### Description of the task
From the entries below, return exactly the lines beginning at the one that contains "with BuildPart() as" and ending at the one that contains "-46.494635), (-42.516305, -50.54247))", both of them included, and only those lines.

### Source material
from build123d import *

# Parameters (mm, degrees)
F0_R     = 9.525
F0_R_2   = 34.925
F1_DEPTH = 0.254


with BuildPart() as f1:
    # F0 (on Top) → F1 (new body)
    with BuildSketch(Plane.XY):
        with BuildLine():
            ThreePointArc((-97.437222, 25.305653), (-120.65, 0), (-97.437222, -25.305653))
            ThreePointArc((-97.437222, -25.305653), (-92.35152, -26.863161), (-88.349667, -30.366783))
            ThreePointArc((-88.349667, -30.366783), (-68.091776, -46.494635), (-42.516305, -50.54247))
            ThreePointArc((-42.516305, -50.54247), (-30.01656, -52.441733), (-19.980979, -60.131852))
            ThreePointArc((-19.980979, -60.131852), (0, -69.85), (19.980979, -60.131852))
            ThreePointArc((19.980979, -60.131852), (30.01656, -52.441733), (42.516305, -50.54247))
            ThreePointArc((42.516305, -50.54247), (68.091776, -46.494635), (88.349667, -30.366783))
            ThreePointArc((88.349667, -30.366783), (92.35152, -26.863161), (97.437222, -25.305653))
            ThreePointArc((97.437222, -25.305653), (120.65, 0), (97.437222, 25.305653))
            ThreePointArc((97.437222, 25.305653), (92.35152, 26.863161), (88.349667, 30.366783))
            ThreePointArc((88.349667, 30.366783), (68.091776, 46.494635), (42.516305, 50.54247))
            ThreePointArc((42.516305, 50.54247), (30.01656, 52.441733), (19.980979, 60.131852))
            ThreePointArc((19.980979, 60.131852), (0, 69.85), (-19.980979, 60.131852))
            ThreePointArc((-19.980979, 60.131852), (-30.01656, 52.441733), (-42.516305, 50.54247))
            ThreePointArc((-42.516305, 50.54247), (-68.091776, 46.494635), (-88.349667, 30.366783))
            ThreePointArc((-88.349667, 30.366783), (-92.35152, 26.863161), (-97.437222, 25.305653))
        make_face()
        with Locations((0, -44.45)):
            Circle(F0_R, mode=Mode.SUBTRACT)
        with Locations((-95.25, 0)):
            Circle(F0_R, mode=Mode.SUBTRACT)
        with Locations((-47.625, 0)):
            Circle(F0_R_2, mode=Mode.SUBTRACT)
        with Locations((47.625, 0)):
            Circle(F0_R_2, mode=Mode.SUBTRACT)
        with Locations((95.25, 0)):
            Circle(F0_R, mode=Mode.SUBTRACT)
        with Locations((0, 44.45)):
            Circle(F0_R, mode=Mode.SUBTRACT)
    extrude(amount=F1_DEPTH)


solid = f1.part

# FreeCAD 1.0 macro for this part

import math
import FreeCAD as App
import Part
import Sketcher
Q = App.Units.Quantity

doc = App.newDocument("Part")
body = doc.addObject("PartDesign::Body", "Body")

sketch1 = doc.addObject("Sketcher::SketchObject", "Sketch")
body.addObject(sketch1)
sketch1.AttachmentSupport = (doc.XY_Plane, [""])
sketch1.MapMode = "FlatFace"
sketch1.addGeometry(Part.ArcOfCircle(Part.Circle(App.Vector(-95.25, 0, 0), App.Vector(0, 0, 1), 25.4), math.radians(94.939921), math.radians(265.060079)), False)
sketch1.addGeometry(Part.ArcOfCircle(Part.Circle(App.Vector(-98.530833, -37.958479, 0), App.Vector(0, 0, 1), 12.699999), math.radians(36.710448), math.radians(85.060079)), False)
sketch1.addGeometry(Part.ArcOfCircle(Part.Circle(App.Vector(-47.624999, 0.000001, 0), App.Vector(0, 0, 1), 50.800002), math.radians(-143.289553), math.radians(-84.228303)), False)
sketch1.addGeometry(Part.ArcOfCircle(Part.Circle(App.Vector(-39.961958, -75.813706, 0), App.Vector(0, 0, 1), 25.400001), math.radians(38.12621), math.radians(95.771698)), False)
sketch1.addGeometry(Part.ArcOfCircle(Part.Circle(App.Vector(0, -44.45, 0), App.Vector(0, 0, 1), 25.4), math.radians(-141.873793), math.radians(-38.126207)), False)
sketch1.addGeometry(Part.ArcOfCircle(Part.Circle(App.Vector(39.961958, -75.813706, 0), App.Vector(0, 0, 1), 25.400001), math.radians(84.228302), math.radians(141.87379)), False)
sketch1.addGeometry(Part.ArcOfCircle(Part.Circle(App.Vector(47.624999, 0.000001, 0), App.Vector(0, 0, 1), 50.800002), math.radians(-95.771697), math.radians(-36.710447)), False)
sketch1.addGeometry(Part.ArcOfCircle(Part.Circle(App.Vector(98.530833, -37.958479, 0), App.Vector(0, 0, 1), 12.699999), math.radians(94.939921), math.radians(143.289552)), False)
sketch1.addGeometry(Part.ArcOfCircle(Part.Circle(App.Vector(95.25, 0, 0), App.Vector(0, 0, 1), 25.4), math.radians(-85.060079), math.radians(85.060079)), False)
sketch1.addGeometry(Part.ArcOfCircle(Part.Circle(App.Vector(98.530833, 37.958479, 0), App.Vector(0, 0, 1), 12.699999), math.radians(-143.289552), math.radians(-94.939921)), False)
sketch1.addGeometry(Part.ArcOfCircle(Part.Circle(App.Vector(47.624999, -0.000001, 0), App.Vector(0, 0, 1), 50.800002), math.radians(36.710447), math.radians(95.771697)), False)
sketch1.addGeometry(Part.ArcOfCircle(Part.Circle(App.Vector(39.961958, 75.813706, 0), App.Vector(0, 0, 1), 25.400001), math.radians(-141.87379), math.radians(-84.228302)), False)
sketch1.addGeometry(Part.ArcOfCircle(Part.Circle(App.Vector(0, 44.45, 0), App.Vector(0, 0, 1), 25.4), math.radians(38.126207), math.radians(141.873793)), False)
sketch1.addGeometry(Part.ArcOfCircle(Part.Circle(App.Vector(-39.961958, 75.813706, 0), App.Vector(0, 0, 1), 25.400001), math.radians(-95.771698), math.radians(-38.12621)), False)
sketch1.addGeometry(Part.ArcOfCircle(Part.Circle(App.Vector(-47.624999, -0.000001, 0), App.Vector(0, 0, 1), 50.800002), math.radians(84.228303), math.radians(143.289553)), False)
sketch1.addGeometry(Part.ArcOfCircle(Part.Circle(App.Vector(-98.530833, 37.958479, 0), App.Vector(0, 0, 1), 12.699999), math.radians(-85.060079), math.radians(-36.710448)), False)
sketch1.addGeometry(Part.Circle(App.Vector(0, -44.45, 0), App.Vector(0, 0, 1), 9.525), False)
sketch1.addGeometry(Part.Circle(App.Vector(-95.25, 0, 0), App.Vector(0, 0, 1), 9.525), False)
sketch1.addGeometry(Part.Circle(App.Vector(-47.625, 0, 0), App.Vector(0, 0, 1), 34.925), False)
sketch1.addGeometry(Part.Circle(App.Vector(47.625, 0, 0), App.Vector(0, 0, 1), 34.925), False)
sketch1.addGeometry(Part.Circle(App.Vector(95.25, 0, 0), App.Vector(0, 0, 1), 9.525), False)
sketch1.addGeometry(Part.Circle(App.Vector(0, 44.45, 0), App.Vector(0, 0, 1), 9.525), False)
sketch1.addConstraint(Sketcher.Constraint("Tangent", 0, 2, 1, 2))
sketch1.addConstraint(Sketcher.Constraint("Tangent", 1, 1, 2, 1))
sketch1.addConstraint(Sketcher.Constraint("Tangent", 2, 2, 3, 2))
sketch1.addConstraint(Sketcher.Constraint("Tangent", 3, 1, 4, 1))
sketch1.addConstraint(Sketcher.Constraint("Tangent", 4, 2, 5, 2))
sketch1.addConstraint(Sketcher.Constraint("Tangent", 5, 1, 6, 1))
sketch1.addConstraint(Sketcher.Constraint("Tangent", 6, 2, 7, 2))
sketch1.addConstraint(Sketcher.Constraint("Tangent", 7, 1, 8, 1))
sketch1.addConstraint(Sketcher.Constraint("Tangent", 8, 2, 9, 2))
sketch1.addConstraint(Sketcher.Constraint("Tangent", 9, 1, 10, 1))
sketch1.addConstraint(Sketcher.Constraint("Tangent", 10, 2, 11, 2))
sketch1.addConstraint(Sketcher.Constraint("Tangent", 11, 1, 12, 1))
sketch1.addConstraint(Sketcher.Constraint("Tangent", 12, 2, 13, 2))
sketch1.addConstraint(Sketcher.Constraint("Tangent", 13, 1, 14, 1))
sketch1.addConstraint(Sketcher.Constraint("Tangent", 14, 2, 15, 2))
sketch1.addConstraint(Sketcher.Constraint("Tangent", 15, 1, 0, 1))
sketch1.addConstraint(Sketcher.Constraint("Coincident", 10, 3, 6, 3))
sketch1.addConstraint(Sketcher.Constraint("Coincident", 14, 3, 2, 3))
sketch1.addConstraint(Sketcher.Constraint("Coincident", 16, 3, 4, 3))
sketch1.addConstraint(Sketcher.Constraint("Coincident", 17, 3, 0, 3))
sketch1.addConstraint(Sketcher.Constraint("Coincident", 18, 3, 2, 3))
sketch1.addConstraint(Sketcher.Constraint("Coincident", 19, 3, 6, 3))
sketch1.addConstraint(Sketcher.Constraint("Coincident", 20, 3, 8, 3))
sketch1.addConstraint(Sketcher.Constraint("Coincident", 21, 3, 12, 3))
sketch1.addConstraint(Sketcher.Constraint("Equal", 0, 3))
sketch1.addConstraint(Sketcher.Constraint("Equal", 3, 4))
sketch1.addConstraint(Sketcher.Constraint("Equal", 4, 5))
sketch1.addConstraint(Sketcher.Constraint("Equal", 2, 6))
sketch1.addConstraint(Sketcher.Constraint("Equal", 1, 7))
sketch1.addConstraint(Sketcher.Constraint("Equal", 5, 8))
sketch1.addConstraint(Sketcher.Constraint("Equal", 7, 9))
sketch1.addConstraint(Sketcher.Constraint("Equal", 6, 10))
sketch1.addConstraint(Sketcher.Constraint("Equal", 8, 11))
sketch1.addConstraint(Sketcher.Constraint("Equal", 11, 12))
sketch1.addConstraint(Sketcher.Constraint("Equal", 12, 13))
sketch1.addConstraint(Sketcher.Constraint("Equal", 10, 14))
sketch1.addConstraint(Sketcher.Constraint("Equal", 9, 15))
sketch1.addConstraint(Sketcher.Constraint("Equal", 16, 17))
sketch1.addConstraint(Sketcher.Constraint("Equal", 18, 19))
sketch1.addConstraint(Sketcher.Constraint("Equal", 17, 20))
sketch1.addConstraint(Sketcher.Constraint("Equal", 20, 21))
sketch1.addConstraint(Sketcher.Constraint("Symmetric", 2, 3, 6, 3, -1, 1))
sketch1.addConstraint(Sketcher.Constraint("Symmetric", 0, 3, 8, 3, -1, 1))
sketch1.addConstraint(Sketcher.Constraint("Symmetric", 4, 3, 12, 3, -1, 1))
sketch1.addConstraint(Sketcher.Constraint("Symmetric", 3, 3, 5, 3, -2))
sketch1.addConstraint(Sketcher.Constraint("PointOnObject", 0, 3, -1))
sketch1.addConstraint(Sketcher.Constraint("Radius", 0, Q("1 in")))
sketch1.addConstraint(Sketcher.Constraint("Radius", 2, Q("2.0000001 in")))
sketch1.addConstraint(Sketcher.Constraint("Radius", 1, Q("0.5 in")))
sketch1.addConstraint(Sketcher.Constraint("Diameter", 16, Q("0.75 in")))
sketch1.addConstraint(Sketcher.Constraint("Diameter", 18, Q("2.75 in")))
sketch1.addConstraint(Sketcher.Constraint("DistanceY", 4, 3, 12, 3, Q("3.5 in")))
sketch1.addConstraint(Sketcher.Constraint("DistanceX", 0, 3, -1, 1, Q("3.75 in")))
sketch1.addConstraint(Sketcher.Constraint("DistanceX", 2, 3, 6, 3, Q("3.7499999 in")))
pad1 = doc.addObject("PartDesign::Pad", "Pad")
body.addObject(pad1)
pad1.Profile = sketch1
pad1.Length = Q("0.01 in")

doc.recompute()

### Completed exercise
with BuildPart() as f1:
    # F0 (on Top) → F1 (new body)
    with BuildSketch(Plane.XY):
        with BuildLine():
            ThreePointArc((-97.437222, 25.305653), (-120.65, 0), (-97.437222, -25.305653))
            ThreePointArc((-97.437222, -25.305653), (-92.35152, -26.863161), (-88.349667, -30.366783))
            ThreePointArc((-88.349667, -30.366783), (-68.091776, -46.494635), (-42.516305, -50.54247))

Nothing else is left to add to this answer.